SPACE WIRE
TV pictures of civilians casualties take Arab anger to new height
CAIRO (AFP) Apr 02, 2003
Television pictures of bleeding children and weeping mothers in Iraq, beamed into millions of homes, have raised the level of anger on the Arab street over the US-led war launched two weeks ago.

"It hurts the hearts, it stirs up hatred of Americans and it's better that way," said an Egyptian economics student, Sherif, commenting on footage aired daily on Qatar's Al-Jazeera satellite television.

A terrible picture of a coffin containing the bodies of a woman and her baby, a pacifier still stuck in his mouth, was displayed on the front page of a major newspaper here, Al-Akhbar.

Next to it, a picture showed a child lying on the ground, his head bathed in blood, and another two bodies surrounded by the feet of people watching.

"It's almost sickening, we switch for one channel to the other and find the same pictures again," said Lydia, a political science student in the University of Cairo.

"These pictures should be shown in order to mobilise people around the world, so that everyone knows what's happening," said another student, Medhat.

"The 'clean war' has become the dirtiest of wars, the bloodiest, the most destructive. Smart weapons have become deliberately stupid, blindly killing people in markets and popular neighbourhoods," wrote Egypt's leading newspaper Al-Ahram in an editorial.

In an advertisement in Al-Ahram, a local teenage magazine, Aladin, published the cover page of its next issue featuring a photographic montage of a US fighter plane flying over a veiled mother fleeing with her children.

"Massive destruction," and "aggression on Iraq's children" will be the titles of the main articles in the next Aladin issue.

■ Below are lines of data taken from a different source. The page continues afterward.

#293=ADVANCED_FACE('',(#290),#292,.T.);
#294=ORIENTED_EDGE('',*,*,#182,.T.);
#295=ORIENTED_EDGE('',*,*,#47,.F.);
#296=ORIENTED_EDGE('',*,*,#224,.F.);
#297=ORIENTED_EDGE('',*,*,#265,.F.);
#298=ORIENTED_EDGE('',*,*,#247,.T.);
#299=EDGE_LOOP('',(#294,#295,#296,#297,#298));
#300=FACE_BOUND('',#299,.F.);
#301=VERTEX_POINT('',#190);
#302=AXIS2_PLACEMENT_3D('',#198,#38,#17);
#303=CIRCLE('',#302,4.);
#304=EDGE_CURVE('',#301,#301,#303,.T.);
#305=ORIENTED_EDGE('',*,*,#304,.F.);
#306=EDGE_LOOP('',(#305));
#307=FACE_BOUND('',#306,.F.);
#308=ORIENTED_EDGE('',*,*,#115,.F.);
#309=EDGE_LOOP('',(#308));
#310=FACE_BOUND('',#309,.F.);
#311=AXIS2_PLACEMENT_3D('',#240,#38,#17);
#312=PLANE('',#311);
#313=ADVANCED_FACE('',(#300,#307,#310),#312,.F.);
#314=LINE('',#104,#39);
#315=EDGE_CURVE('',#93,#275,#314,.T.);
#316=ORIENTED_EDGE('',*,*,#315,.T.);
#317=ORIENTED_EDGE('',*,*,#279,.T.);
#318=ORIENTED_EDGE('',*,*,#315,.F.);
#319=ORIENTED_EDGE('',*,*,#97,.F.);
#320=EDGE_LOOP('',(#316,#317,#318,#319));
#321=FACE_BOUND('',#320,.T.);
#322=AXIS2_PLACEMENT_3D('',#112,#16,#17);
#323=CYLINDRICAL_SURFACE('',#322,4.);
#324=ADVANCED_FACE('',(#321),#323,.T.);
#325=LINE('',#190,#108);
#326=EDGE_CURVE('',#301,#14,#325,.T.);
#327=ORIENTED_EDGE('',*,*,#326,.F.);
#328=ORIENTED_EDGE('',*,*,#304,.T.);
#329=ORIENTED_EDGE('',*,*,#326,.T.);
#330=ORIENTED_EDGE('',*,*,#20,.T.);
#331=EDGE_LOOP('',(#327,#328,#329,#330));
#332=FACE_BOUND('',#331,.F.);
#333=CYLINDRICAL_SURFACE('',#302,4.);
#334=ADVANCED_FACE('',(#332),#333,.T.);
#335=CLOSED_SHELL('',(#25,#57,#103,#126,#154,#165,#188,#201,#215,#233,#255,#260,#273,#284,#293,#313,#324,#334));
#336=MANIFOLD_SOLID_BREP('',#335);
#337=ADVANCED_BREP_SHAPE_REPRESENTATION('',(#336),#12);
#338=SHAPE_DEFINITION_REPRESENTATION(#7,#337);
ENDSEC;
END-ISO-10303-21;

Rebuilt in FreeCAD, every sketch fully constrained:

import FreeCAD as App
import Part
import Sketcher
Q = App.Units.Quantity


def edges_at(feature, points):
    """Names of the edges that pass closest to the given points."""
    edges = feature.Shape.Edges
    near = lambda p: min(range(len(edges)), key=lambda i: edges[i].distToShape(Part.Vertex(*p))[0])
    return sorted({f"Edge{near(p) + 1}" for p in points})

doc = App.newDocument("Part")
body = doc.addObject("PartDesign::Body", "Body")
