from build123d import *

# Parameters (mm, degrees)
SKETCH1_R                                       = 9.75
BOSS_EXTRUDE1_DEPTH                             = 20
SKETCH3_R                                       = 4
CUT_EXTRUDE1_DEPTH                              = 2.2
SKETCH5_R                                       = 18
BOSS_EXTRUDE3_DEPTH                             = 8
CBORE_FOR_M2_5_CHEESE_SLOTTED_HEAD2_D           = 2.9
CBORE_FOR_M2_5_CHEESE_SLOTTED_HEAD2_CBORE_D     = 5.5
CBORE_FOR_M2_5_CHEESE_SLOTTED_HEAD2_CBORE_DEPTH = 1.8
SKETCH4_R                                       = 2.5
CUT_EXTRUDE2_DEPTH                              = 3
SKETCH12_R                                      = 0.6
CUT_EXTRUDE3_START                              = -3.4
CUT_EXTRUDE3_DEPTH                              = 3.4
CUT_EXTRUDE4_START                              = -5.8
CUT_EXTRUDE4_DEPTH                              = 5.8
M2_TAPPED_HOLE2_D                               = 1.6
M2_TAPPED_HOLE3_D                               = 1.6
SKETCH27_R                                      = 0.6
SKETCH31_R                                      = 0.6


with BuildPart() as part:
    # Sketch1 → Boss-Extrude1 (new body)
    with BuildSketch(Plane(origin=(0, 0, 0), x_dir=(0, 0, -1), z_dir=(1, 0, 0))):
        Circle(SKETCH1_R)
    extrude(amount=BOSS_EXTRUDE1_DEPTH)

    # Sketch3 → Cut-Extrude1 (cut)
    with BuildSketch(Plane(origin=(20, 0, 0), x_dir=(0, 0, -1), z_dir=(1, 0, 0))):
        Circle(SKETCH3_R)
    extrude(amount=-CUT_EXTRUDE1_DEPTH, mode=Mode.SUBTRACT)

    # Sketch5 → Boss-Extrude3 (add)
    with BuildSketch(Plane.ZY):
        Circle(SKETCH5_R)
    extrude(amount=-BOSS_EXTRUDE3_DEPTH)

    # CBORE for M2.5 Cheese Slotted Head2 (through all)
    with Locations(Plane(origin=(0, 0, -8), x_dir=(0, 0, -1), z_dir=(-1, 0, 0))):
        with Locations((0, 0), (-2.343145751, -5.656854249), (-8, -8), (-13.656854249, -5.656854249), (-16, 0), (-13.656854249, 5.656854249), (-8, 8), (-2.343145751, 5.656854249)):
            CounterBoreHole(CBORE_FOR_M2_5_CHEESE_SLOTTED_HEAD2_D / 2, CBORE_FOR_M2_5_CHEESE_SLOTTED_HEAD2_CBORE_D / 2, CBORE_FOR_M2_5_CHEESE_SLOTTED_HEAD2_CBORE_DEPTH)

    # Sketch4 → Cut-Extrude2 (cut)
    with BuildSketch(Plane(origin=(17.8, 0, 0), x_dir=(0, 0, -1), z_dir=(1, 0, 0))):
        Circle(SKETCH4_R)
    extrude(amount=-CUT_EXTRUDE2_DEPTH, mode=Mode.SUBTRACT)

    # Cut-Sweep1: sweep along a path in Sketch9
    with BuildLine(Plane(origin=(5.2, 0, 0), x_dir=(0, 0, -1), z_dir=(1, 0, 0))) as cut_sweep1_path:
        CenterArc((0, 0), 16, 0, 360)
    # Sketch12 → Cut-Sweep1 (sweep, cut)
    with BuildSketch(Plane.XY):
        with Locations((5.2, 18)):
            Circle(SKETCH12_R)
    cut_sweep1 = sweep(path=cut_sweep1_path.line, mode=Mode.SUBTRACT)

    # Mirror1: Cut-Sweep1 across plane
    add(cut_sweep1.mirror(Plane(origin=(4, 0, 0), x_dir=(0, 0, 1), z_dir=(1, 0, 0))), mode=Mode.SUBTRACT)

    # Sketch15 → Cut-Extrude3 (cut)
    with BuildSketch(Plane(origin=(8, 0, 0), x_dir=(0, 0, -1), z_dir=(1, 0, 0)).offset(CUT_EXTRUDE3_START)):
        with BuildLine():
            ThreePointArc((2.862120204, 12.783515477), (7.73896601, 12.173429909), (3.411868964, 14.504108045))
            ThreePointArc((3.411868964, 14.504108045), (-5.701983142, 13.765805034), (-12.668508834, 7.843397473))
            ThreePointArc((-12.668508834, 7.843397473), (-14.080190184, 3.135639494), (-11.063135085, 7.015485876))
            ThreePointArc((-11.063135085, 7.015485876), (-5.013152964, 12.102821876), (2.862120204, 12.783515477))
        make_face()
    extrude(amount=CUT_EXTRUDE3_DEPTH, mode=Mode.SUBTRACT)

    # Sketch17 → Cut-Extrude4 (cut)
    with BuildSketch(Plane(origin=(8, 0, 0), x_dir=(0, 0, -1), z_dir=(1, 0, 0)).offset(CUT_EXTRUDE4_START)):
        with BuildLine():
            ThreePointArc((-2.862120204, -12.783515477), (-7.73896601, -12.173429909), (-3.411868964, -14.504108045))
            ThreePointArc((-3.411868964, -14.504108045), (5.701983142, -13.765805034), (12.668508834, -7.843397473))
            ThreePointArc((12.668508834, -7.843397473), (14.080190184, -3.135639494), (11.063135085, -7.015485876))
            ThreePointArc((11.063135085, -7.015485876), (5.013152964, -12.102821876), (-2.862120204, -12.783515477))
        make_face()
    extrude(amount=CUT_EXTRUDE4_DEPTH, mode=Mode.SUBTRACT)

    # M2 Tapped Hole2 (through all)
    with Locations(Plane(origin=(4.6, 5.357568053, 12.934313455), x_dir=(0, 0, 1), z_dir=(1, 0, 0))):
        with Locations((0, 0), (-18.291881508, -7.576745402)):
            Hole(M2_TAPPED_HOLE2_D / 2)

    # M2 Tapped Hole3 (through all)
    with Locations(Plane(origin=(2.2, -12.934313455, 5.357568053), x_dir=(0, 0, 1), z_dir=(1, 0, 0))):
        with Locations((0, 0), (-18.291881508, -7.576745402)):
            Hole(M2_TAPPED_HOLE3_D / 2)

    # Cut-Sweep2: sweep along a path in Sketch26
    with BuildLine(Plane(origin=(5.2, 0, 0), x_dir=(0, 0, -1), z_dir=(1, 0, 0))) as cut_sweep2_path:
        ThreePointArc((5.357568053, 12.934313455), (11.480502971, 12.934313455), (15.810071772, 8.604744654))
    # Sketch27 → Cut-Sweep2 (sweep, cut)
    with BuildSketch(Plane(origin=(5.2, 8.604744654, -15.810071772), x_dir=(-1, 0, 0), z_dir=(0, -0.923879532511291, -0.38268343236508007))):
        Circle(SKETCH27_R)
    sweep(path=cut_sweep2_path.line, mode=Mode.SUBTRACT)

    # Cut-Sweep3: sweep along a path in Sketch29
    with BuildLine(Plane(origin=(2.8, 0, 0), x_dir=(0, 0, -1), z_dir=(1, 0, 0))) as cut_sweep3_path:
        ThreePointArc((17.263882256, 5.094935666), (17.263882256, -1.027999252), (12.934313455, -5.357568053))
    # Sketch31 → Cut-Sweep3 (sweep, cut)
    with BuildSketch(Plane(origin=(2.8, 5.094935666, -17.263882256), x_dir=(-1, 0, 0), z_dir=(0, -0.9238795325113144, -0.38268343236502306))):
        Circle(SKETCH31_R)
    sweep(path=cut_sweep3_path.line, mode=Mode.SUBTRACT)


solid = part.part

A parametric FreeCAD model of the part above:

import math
import FreeCAD as App
import Part
import Sketcher
Q = App.Units.Quantity

doc = App.newDocument("Part")
body = doc.addObject("PartDesign::Body", "Body")

# Sketch on YZ plane
sketch1 = body.newObject("Sketcher::SketchObject", "Sketch")
sketch1.AttachmentSupport = (doc.getObject("YZ_Plane"), [""])
sketch1.MapMode = "FlatFace"
sketch1.addGeometry(Part.Circle(App.Vector(0, 0, 0), App.Vector(0, 0, 1), 10), False)
sketch1.addConstraint([
    Sketcher.Constraint("Coincident", 0, 3, -1, 1),
    Sketcher.Constraint("Diameter", 0, Q("19.5 mm")),
])
pad1 = body.newObject("PartDesign::Pad", "Pad")
pad1.Profile = sketch1
pad1.Length = 20

# Sketch on YZ plane
sketch2 = body.newObject("Sketcher::SketchObject", "Sketch001")
sketch2.AttachmentSupport = (doc.getObject("YZ_Plane"), [""])
sketch2.MapMode = "FlatFace"
sketch2.AttachmentOffset = App.Placement(App.Vector(0, 0, 20), App.Rotation())
sketch2.addGeometry(Part.Circle(App.Vector(0, 0, 0), App.Vector(0, 0, 1), 4), False)
sketch2.addConstraint([
    Sketcher.Constraint("Coincident", 0, 3, -1, 1),
    Sketcher.Constraint("Diameter", 0, Q("8 mm")),
])
pocket1 = body.newObject("PartDesign::Pocket", "Pocket")
pocket1.Profile = sketch2
pocket1.Length = 2.2

# Sketch on YZ plane
sketch3 = body.newObject("Sketcher::SketchObject", "Sketch002")
sketch3.AttachmentSupport = (doc.getObject("YZ_Plane"), [""])
sketch3.MapMode = "FlatFace"
sketch3.addGeometry(Part.Circle(App.Vector(0, 0, 0), App.Vector(0, 0, 1), 18), False)
sketch3.addConstraint([
    Sketcher.Constraint("Coincident", 0, 3, -1, 1),
    Sketcher.Constraint("Diameter", 0, Q("36 mm")),
])
pad2 = body.newObject("PartDesign::Pad", "Pad001")
pad2.Profile = sketch3
pad2.Length = 8

# Sketch on YZ plane
sketch4 = body.newObject("Sketcher::SketchObject", "Sketch003")
sketch4.AttachmentSupport = (doc.getObject("YZ_Plane"), [""])
sketch4.MapMode = "FlatFace"
sketch4.addGeometry([
    Part.Circle(App.Vector(0, -8, 0), App.Vector(0, 0, 1), 1.4),  # 0
    Part.Circle(App.Vector(5.7, -5.7, 0), App.Vector(0, 0, 1), 1.4),  # 1
    Part.Circle(App.Vector(8, 0, 0), App.Vector(0, 0, 1), 1.4),  # 2
    Part.Circle(App.Vector(5.7, 5.7, 0), App.Vector(0, 0, 1), 1.4),  # 3
    Part.Circle(App.Vector(0, 8, 0), App.Vector(0, 0, 1), 1.4),  # 4
    Part.Circle(App.Vector(-5.7, 5.7, 0), App.Vector(0, 0, 1), 1.4),  # 5
    Part.Circle(App.Vector(-8, 0, 0), App.Vector(0, 0, 1), 1.4),  # 6
    Part.Circle(App.Vector(-5.7, -5.7, 0), App.Vector(0, 0, 1), 1.4),  # 7
], False)
sketch4.addConstraint([
    Sketcher.Constraint("Equal", 0, 1),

Civilian casualties "are drawing rivers of blood separating the people of Iraq from the coalition forces supposedly coming to free them and bring democracy," wrote Makram Mohamed Ahmed, the editor in chief of Al-Mussawar, a weekly close to the regime of President Hosni Mubarak, a key US Arab ally.

In Syria, an official newspaper poured scorn on the democratic values promised by the US-British military coalition invading Iraq.

"The Iraqi people are getting a taste of the 'freedom values' they were promised: they have the free choice of dying slaughtered, burnt or under the rubble," wrote Ath-Thawra.

Syria's ruling Baath party newspaper, Al-Baath, said "the terror massacres perpetrated by the invading forces against Iraqi civilians ... have been considered by international organisations as crimes against humanity."

"One cannot save a people through killing," said the United Arab Emirates' newspaper Al-Khaleej. "Everyday is seeing new crimes and blunders," it added, comparing US words of regret over civilian casualties to "an assassin attending the funeral of his victim."

Another UAE daily, Al-Bayan, charged "the war is an attempt to terrorise Iraqi civilians."

All UAE newspapers spread out on several columns pictures of the casualties caused by Tuesday's bombing at Hilla, south of Baghdad, and the comment of the International Committee of the Red Cross describing it as "real horror."

Hospital officials in Hilla, 80 kilometers (50 miles) south of Baghdad, said 33 civilians were killed, most of them women and children, and about 400 others wounded.